# DESCRIPTION OF THE TASK:
An exact transcription of the lines below, from the first through the one containing "v 80.6 -35 17", is the only output wanted.

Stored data
..........
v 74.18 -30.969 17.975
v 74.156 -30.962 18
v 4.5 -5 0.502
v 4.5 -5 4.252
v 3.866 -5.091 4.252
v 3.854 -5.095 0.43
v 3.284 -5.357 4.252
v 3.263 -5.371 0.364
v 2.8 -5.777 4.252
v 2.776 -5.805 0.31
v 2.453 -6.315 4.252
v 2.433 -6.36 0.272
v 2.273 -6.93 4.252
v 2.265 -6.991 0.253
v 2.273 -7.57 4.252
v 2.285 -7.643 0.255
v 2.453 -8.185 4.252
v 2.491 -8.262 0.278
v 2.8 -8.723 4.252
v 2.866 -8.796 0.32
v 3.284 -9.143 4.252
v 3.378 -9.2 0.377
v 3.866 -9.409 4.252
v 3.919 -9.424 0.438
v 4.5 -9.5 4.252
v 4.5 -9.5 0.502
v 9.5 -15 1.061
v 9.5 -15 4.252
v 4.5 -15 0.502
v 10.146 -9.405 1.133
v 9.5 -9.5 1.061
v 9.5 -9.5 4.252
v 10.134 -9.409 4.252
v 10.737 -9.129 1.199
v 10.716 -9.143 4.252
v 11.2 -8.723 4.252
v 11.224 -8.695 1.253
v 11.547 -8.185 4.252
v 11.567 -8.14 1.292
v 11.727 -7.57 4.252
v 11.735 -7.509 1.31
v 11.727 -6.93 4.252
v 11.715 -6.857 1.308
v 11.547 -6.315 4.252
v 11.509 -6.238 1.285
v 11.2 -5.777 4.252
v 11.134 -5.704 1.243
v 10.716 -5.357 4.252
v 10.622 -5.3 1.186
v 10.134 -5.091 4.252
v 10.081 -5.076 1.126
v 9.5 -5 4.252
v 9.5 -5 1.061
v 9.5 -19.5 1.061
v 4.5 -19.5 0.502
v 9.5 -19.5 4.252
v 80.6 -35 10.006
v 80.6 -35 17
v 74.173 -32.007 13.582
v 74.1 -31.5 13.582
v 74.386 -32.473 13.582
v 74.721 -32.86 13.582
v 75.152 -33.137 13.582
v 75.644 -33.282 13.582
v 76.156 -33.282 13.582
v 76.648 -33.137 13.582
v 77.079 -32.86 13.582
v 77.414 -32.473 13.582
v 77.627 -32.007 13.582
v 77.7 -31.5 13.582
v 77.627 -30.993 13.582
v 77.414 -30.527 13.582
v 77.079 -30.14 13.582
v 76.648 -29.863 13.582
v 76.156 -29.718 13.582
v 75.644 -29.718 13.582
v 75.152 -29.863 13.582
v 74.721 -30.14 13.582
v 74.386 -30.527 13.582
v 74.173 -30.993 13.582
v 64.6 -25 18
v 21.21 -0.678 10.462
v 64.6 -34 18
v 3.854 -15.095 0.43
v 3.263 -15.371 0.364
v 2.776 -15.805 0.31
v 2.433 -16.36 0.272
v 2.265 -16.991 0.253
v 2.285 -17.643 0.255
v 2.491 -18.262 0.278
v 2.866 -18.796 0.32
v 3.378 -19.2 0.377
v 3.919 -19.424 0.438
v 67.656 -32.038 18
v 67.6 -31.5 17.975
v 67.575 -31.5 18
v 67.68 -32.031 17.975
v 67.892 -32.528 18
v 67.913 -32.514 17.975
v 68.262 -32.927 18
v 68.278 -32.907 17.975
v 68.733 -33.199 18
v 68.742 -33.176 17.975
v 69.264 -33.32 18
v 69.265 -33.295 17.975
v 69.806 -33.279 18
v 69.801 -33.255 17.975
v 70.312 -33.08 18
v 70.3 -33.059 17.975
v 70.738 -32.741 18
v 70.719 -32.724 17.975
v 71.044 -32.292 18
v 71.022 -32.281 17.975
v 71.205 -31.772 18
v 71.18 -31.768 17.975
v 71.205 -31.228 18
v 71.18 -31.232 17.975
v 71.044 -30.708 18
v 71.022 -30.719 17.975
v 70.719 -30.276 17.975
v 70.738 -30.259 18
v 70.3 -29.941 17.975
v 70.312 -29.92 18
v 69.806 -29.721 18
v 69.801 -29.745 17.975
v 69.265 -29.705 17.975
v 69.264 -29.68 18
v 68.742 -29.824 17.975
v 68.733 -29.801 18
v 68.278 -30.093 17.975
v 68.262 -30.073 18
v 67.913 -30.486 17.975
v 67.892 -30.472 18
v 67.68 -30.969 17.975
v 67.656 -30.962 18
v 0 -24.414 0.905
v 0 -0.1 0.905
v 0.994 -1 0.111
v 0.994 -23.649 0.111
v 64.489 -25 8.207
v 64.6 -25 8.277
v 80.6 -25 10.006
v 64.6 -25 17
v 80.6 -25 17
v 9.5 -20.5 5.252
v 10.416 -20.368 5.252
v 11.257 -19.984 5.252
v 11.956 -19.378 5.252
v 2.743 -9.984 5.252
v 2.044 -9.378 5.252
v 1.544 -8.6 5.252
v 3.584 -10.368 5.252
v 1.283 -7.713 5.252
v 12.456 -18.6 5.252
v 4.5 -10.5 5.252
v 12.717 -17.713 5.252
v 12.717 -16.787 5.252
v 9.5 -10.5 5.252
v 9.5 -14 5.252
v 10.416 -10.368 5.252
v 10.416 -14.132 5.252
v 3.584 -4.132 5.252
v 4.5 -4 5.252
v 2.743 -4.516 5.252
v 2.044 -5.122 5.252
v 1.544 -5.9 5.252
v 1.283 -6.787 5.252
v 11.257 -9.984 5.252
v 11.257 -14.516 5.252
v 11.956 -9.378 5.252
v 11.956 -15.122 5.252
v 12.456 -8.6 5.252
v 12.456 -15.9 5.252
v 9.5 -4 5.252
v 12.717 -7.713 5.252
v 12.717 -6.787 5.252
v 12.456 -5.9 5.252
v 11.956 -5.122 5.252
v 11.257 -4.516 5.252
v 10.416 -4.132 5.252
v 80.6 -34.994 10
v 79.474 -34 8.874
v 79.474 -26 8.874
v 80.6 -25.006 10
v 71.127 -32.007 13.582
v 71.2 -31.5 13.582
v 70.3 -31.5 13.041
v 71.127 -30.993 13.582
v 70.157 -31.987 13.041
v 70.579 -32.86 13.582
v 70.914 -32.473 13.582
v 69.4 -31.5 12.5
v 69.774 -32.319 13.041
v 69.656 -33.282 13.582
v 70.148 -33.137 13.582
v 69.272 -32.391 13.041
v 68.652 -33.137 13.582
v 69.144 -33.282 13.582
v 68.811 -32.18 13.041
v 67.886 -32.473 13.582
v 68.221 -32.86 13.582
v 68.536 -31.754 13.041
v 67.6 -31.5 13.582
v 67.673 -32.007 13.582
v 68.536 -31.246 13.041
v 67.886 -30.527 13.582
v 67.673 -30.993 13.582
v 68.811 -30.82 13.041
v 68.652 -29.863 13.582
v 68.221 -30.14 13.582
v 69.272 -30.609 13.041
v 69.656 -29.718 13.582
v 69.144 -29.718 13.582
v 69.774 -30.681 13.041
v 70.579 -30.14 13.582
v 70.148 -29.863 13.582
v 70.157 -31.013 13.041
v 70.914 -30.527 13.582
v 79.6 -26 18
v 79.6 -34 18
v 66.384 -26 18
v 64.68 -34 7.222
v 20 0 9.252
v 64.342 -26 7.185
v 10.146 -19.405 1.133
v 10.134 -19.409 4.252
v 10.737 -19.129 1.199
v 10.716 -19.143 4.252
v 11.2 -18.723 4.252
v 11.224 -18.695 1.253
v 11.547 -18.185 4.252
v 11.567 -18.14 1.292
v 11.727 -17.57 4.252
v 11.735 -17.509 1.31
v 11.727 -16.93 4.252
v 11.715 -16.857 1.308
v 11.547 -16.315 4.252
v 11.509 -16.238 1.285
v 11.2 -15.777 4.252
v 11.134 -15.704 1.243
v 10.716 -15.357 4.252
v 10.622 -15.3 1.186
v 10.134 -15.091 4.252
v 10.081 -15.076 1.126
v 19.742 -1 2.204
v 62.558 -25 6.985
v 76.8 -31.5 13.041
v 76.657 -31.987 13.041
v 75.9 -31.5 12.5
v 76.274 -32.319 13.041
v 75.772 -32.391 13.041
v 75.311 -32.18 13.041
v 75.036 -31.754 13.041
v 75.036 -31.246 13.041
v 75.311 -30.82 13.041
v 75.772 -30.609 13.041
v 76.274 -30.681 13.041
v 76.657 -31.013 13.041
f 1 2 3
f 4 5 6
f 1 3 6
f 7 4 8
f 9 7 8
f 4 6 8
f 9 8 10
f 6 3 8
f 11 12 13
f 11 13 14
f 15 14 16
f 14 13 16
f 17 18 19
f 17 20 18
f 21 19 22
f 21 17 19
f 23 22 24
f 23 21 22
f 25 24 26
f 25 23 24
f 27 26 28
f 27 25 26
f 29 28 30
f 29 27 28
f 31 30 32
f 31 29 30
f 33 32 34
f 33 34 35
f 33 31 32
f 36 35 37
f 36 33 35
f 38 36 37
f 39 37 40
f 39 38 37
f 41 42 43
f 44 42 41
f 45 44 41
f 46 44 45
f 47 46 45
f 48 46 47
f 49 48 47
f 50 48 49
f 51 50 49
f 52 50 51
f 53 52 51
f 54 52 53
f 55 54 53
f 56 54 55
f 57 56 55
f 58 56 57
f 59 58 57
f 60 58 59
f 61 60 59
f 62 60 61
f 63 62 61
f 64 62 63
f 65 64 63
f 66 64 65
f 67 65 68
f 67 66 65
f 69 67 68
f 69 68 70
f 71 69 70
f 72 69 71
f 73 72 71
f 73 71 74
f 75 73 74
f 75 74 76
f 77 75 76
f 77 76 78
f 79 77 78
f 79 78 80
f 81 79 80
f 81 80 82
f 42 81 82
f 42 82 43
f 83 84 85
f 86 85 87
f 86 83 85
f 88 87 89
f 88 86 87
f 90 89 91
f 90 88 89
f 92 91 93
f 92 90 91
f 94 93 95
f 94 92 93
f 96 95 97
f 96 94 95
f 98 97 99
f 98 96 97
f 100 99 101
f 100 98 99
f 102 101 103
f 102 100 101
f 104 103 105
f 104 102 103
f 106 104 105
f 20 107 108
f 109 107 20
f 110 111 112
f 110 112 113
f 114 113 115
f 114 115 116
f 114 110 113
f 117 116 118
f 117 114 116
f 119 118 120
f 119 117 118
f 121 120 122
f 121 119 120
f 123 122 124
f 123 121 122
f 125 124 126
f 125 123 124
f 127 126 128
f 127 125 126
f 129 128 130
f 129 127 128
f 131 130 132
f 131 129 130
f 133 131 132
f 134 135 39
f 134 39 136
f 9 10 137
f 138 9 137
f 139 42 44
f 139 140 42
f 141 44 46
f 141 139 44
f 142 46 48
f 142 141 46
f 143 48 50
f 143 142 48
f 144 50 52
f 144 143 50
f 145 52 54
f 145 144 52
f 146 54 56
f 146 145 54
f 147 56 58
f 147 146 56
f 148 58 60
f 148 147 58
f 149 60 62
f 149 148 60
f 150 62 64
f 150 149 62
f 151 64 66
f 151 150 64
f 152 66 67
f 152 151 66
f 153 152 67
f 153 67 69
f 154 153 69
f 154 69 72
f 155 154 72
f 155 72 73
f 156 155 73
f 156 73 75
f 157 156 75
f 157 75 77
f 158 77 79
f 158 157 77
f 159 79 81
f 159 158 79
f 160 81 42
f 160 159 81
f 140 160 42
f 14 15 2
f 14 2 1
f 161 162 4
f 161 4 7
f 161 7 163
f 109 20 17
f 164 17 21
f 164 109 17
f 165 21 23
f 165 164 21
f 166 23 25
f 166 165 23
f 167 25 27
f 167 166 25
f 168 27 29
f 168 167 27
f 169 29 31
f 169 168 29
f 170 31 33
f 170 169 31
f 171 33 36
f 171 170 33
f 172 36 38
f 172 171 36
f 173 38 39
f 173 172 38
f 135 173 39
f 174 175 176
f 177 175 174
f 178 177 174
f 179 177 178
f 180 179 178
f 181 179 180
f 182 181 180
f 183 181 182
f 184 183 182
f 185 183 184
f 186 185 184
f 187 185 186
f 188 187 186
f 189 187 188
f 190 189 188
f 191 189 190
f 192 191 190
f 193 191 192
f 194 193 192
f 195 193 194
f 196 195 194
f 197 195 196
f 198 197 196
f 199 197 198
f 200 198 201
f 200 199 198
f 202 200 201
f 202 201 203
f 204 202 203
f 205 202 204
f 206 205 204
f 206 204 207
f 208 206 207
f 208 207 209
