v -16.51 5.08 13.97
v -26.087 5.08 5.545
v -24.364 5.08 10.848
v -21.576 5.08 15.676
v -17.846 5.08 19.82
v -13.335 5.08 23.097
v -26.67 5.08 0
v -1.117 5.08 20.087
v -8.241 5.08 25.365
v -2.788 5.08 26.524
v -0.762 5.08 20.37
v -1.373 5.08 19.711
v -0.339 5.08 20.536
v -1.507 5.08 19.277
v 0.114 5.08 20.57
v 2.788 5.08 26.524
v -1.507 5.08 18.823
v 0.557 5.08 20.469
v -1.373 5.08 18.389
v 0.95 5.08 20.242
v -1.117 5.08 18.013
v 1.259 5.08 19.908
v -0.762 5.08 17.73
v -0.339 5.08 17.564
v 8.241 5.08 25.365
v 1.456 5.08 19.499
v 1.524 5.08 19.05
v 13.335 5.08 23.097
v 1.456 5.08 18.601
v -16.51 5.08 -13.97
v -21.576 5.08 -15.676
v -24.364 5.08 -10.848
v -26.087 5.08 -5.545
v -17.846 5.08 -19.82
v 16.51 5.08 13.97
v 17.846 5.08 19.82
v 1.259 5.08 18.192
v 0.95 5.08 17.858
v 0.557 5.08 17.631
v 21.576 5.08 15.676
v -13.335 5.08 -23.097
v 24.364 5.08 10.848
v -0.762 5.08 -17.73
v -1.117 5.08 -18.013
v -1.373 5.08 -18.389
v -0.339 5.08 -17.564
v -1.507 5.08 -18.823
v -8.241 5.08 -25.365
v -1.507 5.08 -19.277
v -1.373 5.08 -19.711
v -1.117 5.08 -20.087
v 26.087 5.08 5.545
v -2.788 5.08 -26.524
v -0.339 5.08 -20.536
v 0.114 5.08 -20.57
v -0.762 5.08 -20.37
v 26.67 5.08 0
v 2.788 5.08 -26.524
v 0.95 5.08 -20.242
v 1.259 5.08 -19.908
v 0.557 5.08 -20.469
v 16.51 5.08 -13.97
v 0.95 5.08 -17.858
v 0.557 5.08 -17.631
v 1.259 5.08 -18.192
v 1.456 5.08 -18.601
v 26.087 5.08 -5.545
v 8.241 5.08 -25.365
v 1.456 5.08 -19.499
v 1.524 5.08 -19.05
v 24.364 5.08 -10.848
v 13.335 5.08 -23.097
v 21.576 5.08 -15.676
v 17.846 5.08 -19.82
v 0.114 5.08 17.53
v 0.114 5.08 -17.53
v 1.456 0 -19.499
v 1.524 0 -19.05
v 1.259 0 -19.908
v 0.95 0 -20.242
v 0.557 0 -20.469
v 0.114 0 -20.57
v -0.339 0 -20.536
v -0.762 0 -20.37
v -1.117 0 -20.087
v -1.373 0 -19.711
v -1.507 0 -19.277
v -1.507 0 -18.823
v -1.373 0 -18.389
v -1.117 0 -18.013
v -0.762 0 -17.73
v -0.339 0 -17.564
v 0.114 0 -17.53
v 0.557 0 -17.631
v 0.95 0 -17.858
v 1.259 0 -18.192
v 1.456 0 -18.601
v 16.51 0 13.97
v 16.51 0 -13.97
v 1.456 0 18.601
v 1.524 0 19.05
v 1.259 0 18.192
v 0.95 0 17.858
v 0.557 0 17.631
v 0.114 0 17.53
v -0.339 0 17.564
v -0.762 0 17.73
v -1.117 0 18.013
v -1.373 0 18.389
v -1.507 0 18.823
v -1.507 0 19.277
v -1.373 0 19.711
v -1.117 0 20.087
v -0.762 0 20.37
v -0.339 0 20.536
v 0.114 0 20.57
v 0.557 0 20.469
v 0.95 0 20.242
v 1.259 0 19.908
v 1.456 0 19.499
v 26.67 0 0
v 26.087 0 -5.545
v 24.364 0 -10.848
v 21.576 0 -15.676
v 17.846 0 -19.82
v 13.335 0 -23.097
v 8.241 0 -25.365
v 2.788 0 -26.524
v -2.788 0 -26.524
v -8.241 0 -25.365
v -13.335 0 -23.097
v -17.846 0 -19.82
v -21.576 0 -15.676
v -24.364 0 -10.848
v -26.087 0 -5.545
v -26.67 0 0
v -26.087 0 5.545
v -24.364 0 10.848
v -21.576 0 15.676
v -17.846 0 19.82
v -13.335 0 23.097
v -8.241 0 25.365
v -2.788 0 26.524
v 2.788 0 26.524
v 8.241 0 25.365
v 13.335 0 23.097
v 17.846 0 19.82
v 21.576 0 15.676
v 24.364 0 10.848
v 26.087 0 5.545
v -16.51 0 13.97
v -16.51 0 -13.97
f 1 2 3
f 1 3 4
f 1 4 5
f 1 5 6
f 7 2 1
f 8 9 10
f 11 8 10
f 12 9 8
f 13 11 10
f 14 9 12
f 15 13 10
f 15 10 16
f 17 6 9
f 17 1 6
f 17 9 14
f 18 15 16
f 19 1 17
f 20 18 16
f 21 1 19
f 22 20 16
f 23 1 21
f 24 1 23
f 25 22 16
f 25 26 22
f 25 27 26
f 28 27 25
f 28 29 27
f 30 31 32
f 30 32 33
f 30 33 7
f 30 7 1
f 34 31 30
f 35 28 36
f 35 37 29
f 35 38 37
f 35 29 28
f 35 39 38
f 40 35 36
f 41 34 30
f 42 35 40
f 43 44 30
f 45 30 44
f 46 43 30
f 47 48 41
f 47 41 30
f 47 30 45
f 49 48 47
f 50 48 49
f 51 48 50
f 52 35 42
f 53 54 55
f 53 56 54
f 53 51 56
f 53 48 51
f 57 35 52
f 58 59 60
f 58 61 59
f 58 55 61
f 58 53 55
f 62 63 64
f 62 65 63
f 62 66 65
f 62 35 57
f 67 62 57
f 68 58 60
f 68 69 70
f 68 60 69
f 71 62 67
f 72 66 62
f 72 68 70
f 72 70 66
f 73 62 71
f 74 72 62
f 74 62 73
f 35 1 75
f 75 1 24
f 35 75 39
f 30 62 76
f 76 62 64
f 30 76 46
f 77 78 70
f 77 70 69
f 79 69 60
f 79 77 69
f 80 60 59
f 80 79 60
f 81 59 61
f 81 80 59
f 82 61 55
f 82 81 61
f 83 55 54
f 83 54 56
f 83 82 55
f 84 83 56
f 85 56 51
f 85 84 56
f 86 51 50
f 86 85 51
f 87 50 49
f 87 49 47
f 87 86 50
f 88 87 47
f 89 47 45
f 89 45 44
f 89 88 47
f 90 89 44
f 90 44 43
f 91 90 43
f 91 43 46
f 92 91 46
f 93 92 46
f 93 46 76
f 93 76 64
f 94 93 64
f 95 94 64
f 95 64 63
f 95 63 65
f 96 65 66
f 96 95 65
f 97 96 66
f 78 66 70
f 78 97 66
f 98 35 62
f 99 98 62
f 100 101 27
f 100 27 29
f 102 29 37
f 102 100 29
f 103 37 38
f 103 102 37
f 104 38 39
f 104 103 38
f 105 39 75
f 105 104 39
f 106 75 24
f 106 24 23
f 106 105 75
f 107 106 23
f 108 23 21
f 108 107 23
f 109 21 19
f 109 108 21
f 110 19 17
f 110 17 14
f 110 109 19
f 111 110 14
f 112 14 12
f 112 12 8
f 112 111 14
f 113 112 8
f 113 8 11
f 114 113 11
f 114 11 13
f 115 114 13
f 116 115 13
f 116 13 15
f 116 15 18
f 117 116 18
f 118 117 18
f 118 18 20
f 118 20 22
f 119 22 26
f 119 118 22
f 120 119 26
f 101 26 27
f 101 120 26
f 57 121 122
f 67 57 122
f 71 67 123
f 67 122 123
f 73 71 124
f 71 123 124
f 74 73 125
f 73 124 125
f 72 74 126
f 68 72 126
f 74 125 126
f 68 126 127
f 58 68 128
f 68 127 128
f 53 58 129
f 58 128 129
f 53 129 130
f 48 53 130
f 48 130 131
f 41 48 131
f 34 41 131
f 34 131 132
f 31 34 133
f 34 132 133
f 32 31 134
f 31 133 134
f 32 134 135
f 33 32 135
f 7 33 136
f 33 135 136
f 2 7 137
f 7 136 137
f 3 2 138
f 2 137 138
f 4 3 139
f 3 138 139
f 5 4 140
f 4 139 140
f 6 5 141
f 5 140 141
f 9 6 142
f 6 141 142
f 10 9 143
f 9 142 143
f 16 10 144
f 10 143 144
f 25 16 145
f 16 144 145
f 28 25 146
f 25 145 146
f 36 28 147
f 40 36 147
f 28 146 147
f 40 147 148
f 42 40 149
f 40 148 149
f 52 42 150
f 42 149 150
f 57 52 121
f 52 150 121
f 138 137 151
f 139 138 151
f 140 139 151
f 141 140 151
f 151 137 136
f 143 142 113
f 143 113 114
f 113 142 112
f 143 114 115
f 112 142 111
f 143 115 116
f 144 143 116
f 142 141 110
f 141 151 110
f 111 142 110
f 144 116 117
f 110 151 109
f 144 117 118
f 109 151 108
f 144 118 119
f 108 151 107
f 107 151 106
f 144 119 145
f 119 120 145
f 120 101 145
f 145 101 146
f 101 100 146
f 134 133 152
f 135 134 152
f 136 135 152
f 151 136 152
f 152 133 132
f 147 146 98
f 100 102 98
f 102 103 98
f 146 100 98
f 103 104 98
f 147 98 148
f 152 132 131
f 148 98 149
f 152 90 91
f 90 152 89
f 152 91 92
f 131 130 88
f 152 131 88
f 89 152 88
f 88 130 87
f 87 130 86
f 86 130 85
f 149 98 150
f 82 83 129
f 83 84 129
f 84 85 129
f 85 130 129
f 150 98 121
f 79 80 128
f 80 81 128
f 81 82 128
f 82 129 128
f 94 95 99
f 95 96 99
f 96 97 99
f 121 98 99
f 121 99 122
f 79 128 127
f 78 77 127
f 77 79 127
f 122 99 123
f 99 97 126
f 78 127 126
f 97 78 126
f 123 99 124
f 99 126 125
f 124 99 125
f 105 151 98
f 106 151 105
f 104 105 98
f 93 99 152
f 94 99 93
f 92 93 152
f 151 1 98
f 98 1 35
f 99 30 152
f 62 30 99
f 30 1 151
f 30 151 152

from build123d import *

# Parameters (mm, degrees)
SKETCH1_R           = 26.67
SKETCH1_R_2         = 1.524
BOSS_EXTRUDE2_DEPTH = 5.08
SKETCH4_W           = 33.02
SKETCH4_H           = 27.94
CUT_EXTRUDE1_DEPTH  = 6.08


with BuildPart() as part:
    # Sketch1 → Boss-Extrude2 (new body)
    with BuildSketch(Plane(origin=(0, 0, 0), x_dir=(1, 0, 0), z_dir=(0, 1, 0))):
        Circle(SKETCH1_R)
        with Locations((0, -19.05)):
            Circle(SKETCH1_R_2, mode=Mode.SUBTRACT)
        with Locations((0, 19.05)):
            Circle(SKETCH1_R_2, mode=Mode.SUBTRACT)
    extrude(amount=BOSS_EXTRUDE2_DEPTH)

    # Sketch4 → Cut-Extrude1 (cut, through all)
    with BuildSketch(Plane(origin=(0, 5.08, 0), x_dir=(1, 0, 0), z_dir=(0, 1, 0))):
        Rectangle(SKETCH4_W, SKETCH4_H)
    extrude(amount=-CUT_EXTRUDE1_DEPTH, mode=Mode.SUBTRACT)


solid = part.part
..........
# TASK RESPONSE:
v 74.18 -30.969 17.975
v 74.156 -30.962 18
v 4.5 -5 0.502
v 4.5 -5 4.252
v 3.866 -5.091 4.252
v 3.854 -5.095 0.43
v 3.284 -5.357 4.252
v 3.263 -5.371 0.364
v 2.8 -5.777 4.252
v 2.776 -5.805 0.31
v 2.453 -6.315 4.252
v 2.433 -6.36 0.272
v 2.273 -6.93 4.252
v 2.265 -6.991 0.253
v 2.273 -7.57 4.252
v 2.285 -7.643 0.255
v 2.453 -8.185 4.252
v 2.491 -8.262 0.278
v 2.8 -8.723 4.252
v 2.866 -8.796 0.32
v 3.284 -9.143 4.252
v 3.378 -9.2 0.377
v 3.866 -9.409 4.252
v 3.919 -9.424 0.438
v 4.5 -9.5 4.252
v 4.5 -9.5 0.502
v 9.5 -15 1.061
v 9.5 -15 4.252
v 4.5 -15 0.502
v 10.146 -9.405 1.133
v 9.5 -9.5 1.061
v 9.5 -9.5 4.252
v 10.134 -9.409 4.252
v 10.737 -9.129 1.199
v 10.716 -9.143 4.252
v 11.2 -8.723 4.252
v 11.224 -8.695 1.253
v 11.547 -8.185 4.252
v 11.567 -8.14 1.292
v 11.727 -7.57 4.252
v 11.735 -7.509 1.31
v 11.727 -6.93 4.252
v 11.715 -6.857 1.308
v 11.547 -6.315 4.252
v 11.509 -6.238 1.285
v 11.2 -5.777 4.252
v 11.134 -5.704 1.243
v 10.716 -5.357 4.252
v 10.622 -5.3 1.186
v 10.134 -5.091 4.252
v 10.081 -5.076 1.126
v 9.5 -5 4.252
v 9.5 -5 1.061
v 9.5 -19.5 1.061
v 4.5 -19.5 0.502
v 9.5 -19.5 4.252
v 80.6 -35 10.006
v 80.6 -35 17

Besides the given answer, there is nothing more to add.